Написав это, женщина тяжело вздохнула, положила карандаш на тетрадь и уронила голову в ладони. Сочная трава источала терпкий аромат, от него вольно дышала грудь, кружилась голова. Ковыль покачивался, щекотал лицо, шею женщины. Ей чудилось, что осталась она одна-одиношенька на этом травянистом лугу, на берегу оврага, под необъятным небом, похожим на гигантский голубой казан. Мысли ее витали, зыбились, текли, как степное марево, растекаясь по ветвистому древу памяти, и женщина то хмурилась, как ненастный день, то снова светлела, словно солнышко, выглянувшее из-за туч. Прошлое проплывало перед ее глазами... и было оно в самом деле как мираж.

***

Рослого, жилистого мужчину, сидевшего в тени, звали Жауке. Несуразно огромная, вся в заплатах и прорехах юрта - вот единственное наследство, доставшееся ему от отца Журумбая. Давно бы уже было тлеть этой юрте где-нибудь в степи на свалке, но благодаря стараниям и аккуратности тетушки Балдай, неутомимо нашивающей на ветхую кошму лоскуток за лоскутком, она все еще служила им надежной кровлей. Весной ее снимали и ставили подальше от глаз на краю аула, и так она стояла до глубокой осени, накренившись, словно по ней прошла льдина в половодье.

- Балдай! Эй, Балдай!.. Дратва готова?!

Со всех сторон волокут к нему, сапожнику, старую обувку. Но разве на этом что-нибудь заработаешь? И все равно: попробуй отказать! Одному за страх работаешь, другому - за красивые глаза. Откажешь -

сразу пойдут разговоры. Зубастые бабы, вроде Рысбике, по всему аулу затараторят:

- Конечно, зачем мы ему?! Он только тех уважает, кого боится... Бродяжка несчастный! Тоже нос задирает...

А то еще и так скажут:

- Вон тому-то сразу же подшил сапожки... А мои отложил, поиздеваться надумал!

И можно подумать, что он всем действительно обязан чем-то.

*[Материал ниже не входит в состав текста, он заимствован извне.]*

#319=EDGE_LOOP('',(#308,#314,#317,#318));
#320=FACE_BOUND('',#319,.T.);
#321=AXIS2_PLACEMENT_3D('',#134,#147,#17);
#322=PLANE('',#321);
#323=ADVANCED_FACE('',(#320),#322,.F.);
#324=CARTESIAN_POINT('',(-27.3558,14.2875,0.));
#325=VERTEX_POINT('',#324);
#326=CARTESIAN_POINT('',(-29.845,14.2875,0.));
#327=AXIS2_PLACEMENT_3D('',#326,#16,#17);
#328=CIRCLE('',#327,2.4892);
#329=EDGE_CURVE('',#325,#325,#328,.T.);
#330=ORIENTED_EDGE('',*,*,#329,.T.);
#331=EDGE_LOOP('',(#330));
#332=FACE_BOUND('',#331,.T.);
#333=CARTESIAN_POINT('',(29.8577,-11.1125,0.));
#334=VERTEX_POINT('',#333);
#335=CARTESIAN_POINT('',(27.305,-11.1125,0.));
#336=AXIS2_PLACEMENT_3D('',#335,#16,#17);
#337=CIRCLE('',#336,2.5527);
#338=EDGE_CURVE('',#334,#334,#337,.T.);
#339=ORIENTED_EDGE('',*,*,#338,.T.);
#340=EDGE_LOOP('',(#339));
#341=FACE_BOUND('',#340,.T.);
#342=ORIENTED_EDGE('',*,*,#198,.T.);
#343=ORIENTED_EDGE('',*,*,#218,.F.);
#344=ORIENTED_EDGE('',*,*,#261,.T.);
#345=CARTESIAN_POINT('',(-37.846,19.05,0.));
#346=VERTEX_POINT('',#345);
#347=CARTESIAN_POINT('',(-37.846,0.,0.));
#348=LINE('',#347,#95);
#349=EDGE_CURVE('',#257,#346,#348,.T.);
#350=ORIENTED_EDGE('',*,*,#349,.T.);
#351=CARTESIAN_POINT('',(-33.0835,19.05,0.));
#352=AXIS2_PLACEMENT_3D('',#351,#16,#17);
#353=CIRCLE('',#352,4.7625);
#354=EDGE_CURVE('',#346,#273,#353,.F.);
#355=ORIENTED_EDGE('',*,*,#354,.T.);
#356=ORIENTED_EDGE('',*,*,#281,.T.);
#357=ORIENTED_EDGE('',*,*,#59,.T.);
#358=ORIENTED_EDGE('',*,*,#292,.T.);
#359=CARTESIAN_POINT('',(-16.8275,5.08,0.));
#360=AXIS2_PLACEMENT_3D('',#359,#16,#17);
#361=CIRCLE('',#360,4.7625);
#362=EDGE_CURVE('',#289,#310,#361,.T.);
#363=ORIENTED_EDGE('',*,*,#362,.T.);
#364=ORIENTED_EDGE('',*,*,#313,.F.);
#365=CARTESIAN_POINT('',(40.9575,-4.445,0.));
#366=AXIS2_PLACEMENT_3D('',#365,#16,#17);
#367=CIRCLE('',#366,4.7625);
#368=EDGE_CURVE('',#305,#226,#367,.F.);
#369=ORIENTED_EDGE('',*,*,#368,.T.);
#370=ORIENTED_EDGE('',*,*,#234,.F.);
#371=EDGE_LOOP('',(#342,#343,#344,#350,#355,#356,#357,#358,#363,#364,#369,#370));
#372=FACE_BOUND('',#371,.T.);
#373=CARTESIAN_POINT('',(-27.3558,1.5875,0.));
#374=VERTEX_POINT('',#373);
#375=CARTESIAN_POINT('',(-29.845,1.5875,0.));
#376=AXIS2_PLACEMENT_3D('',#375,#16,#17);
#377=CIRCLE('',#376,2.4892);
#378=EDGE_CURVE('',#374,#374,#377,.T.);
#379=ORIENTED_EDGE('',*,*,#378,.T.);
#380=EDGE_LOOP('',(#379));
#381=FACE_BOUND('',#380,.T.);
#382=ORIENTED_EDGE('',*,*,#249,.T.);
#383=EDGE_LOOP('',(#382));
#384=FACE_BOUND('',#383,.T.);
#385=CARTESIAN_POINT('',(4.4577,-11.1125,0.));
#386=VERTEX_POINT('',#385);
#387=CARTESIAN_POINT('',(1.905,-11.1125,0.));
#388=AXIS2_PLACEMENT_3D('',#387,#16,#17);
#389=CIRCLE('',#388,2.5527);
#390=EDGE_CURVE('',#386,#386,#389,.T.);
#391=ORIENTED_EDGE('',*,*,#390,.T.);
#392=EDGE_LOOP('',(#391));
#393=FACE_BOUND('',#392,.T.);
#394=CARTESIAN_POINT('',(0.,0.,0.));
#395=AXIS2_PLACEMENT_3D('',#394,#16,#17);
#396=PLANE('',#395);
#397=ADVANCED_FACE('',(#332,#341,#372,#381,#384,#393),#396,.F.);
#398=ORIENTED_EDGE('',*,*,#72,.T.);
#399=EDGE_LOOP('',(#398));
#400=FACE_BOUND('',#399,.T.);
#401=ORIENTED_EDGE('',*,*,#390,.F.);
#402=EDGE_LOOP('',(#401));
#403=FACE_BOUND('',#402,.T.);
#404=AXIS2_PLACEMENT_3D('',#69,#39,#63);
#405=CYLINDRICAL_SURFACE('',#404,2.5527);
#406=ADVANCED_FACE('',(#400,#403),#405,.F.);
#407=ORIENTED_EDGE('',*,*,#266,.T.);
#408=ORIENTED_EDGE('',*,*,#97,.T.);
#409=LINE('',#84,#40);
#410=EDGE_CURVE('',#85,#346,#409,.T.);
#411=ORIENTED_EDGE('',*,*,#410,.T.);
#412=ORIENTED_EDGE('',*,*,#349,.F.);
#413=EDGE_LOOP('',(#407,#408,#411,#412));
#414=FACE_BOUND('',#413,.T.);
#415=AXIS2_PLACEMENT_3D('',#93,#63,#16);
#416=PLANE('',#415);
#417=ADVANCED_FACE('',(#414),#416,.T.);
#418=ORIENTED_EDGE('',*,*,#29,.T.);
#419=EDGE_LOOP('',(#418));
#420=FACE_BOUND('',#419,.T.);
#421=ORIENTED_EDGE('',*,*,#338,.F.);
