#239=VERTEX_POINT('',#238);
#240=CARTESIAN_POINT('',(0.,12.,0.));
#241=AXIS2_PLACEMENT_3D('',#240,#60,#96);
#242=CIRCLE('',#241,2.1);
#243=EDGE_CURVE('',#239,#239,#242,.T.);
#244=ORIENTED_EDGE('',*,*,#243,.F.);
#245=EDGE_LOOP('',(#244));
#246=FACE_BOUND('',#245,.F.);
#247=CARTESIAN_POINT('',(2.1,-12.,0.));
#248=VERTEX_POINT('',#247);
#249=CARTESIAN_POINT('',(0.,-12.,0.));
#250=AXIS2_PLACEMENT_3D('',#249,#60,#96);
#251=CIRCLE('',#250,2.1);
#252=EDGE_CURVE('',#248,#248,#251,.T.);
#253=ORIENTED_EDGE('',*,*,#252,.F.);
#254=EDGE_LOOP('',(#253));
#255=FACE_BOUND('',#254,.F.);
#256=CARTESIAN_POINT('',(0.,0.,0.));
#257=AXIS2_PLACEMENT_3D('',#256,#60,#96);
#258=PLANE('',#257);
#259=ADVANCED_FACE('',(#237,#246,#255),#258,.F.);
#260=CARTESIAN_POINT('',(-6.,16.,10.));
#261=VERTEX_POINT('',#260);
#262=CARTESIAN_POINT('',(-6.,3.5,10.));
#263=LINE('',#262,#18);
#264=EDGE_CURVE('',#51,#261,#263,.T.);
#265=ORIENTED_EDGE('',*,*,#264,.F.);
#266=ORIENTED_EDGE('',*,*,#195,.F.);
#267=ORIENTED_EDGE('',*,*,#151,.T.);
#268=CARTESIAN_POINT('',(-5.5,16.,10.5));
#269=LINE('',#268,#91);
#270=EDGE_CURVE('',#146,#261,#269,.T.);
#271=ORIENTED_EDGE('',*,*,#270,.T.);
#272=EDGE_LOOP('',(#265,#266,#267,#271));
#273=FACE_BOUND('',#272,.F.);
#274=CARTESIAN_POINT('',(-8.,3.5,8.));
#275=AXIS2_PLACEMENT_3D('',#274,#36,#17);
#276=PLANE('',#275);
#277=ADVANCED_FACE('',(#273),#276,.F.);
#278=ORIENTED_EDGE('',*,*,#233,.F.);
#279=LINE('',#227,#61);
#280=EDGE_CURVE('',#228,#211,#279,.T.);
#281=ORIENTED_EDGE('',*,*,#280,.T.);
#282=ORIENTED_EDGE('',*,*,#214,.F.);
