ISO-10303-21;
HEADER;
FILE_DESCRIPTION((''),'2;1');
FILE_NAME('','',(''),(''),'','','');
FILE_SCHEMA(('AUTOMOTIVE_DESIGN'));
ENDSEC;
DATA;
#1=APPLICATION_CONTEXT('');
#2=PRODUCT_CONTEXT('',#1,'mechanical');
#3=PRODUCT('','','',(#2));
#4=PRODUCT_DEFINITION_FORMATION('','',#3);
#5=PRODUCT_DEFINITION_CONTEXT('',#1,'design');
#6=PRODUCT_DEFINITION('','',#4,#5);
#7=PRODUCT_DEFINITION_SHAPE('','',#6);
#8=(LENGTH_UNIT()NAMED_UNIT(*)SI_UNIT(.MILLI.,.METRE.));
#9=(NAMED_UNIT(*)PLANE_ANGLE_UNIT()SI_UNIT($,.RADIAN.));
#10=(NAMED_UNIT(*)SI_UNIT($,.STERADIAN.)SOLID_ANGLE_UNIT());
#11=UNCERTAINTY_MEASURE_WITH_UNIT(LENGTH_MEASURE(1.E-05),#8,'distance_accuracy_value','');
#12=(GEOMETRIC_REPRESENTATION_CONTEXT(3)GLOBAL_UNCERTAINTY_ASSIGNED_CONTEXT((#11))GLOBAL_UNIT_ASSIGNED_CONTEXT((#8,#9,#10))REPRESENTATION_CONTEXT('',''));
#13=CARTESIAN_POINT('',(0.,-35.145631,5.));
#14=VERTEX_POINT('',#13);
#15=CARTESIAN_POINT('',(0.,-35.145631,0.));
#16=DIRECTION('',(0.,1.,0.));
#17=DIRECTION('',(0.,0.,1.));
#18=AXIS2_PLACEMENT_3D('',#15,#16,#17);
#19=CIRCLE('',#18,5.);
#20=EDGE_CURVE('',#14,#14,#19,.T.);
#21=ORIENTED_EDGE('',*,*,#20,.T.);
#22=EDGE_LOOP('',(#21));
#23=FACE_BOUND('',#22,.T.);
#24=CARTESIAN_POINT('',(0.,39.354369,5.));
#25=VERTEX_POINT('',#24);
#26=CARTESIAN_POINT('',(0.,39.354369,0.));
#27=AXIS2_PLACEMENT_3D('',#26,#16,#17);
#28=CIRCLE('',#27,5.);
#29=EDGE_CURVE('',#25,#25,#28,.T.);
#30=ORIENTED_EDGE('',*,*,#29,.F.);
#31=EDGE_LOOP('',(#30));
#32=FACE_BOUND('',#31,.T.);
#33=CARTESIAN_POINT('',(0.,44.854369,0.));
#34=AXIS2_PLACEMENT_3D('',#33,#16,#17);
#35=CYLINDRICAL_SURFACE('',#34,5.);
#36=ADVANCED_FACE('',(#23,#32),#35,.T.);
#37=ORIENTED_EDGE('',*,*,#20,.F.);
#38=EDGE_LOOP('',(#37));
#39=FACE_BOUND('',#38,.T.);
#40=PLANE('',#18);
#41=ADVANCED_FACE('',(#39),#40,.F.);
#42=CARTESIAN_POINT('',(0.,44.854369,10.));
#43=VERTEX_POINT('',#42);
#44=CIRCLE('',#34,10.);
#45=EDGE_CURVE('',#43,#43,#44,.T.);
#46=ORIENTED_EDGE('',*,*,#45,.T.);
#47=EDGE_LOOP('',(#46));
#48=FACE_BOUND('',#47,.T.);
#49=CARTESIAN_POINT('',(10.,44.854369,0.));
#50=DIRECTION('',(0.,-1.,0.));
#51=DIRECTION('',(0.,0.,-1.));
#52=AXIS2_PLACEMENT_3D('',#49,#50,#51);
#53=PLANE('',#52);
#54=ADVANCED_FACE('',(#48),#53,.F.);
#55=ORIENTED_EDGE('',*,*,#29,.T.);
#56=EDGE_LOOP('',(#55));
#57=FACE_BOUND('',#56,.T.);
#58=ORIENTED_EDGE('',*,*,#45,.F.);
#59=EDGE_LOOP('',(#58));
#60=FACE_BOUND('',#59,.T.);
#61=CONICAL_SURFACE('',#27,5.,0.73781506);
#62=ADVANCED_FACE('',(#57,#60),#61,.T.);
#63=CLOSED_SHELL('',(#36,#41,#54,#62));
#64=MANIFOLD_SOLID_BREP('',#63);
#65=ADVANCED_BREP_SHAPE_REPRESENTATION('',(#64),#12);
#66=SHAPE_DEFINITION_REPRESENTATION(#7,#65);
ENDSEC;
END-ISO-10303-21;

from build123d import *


with BuildPart() as part:
    # Esquisse1 → Révolution1 (revolve)
    with BuildSketch(Plane.XY, mode=Mode.PRIVATE) as r_volution1_sk:
        Polygon((0, -35.145631068), (5, -35.145631068), (5, 39.354368932), (10, 44.854368932), (0, 44.854368932), align=None)
    revolve(r_volution1_sk.sketch.rotate(Axis((0, 44.854368932, 0), (0, -1, 0)), 90), axis=Axis((0, 44.854368932, 0), (0, -1, 0)))


solid = part.part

Иногда Жауке высказывает свое недовольство, начинает сердиться, тогда ему со злорадством напоминают старые прозвища: «Смутьян Жауке», «Забияка Жауке».

Только поднимется солнце на уровень плеча, а Жауке, расстелив старую шкуру в тени и прислонившись к бурой кошме юрты, уже принимается за работу. Рядом с ним черный неразлучный сундучок. Чего только в нем нет! Инструменты, клочки кожи, обрезки, обрывки дратвы, пучок сухожилий, сломанная игла. И все нужно. Все пригодится. Все строго на своем месте, всегда под рукой.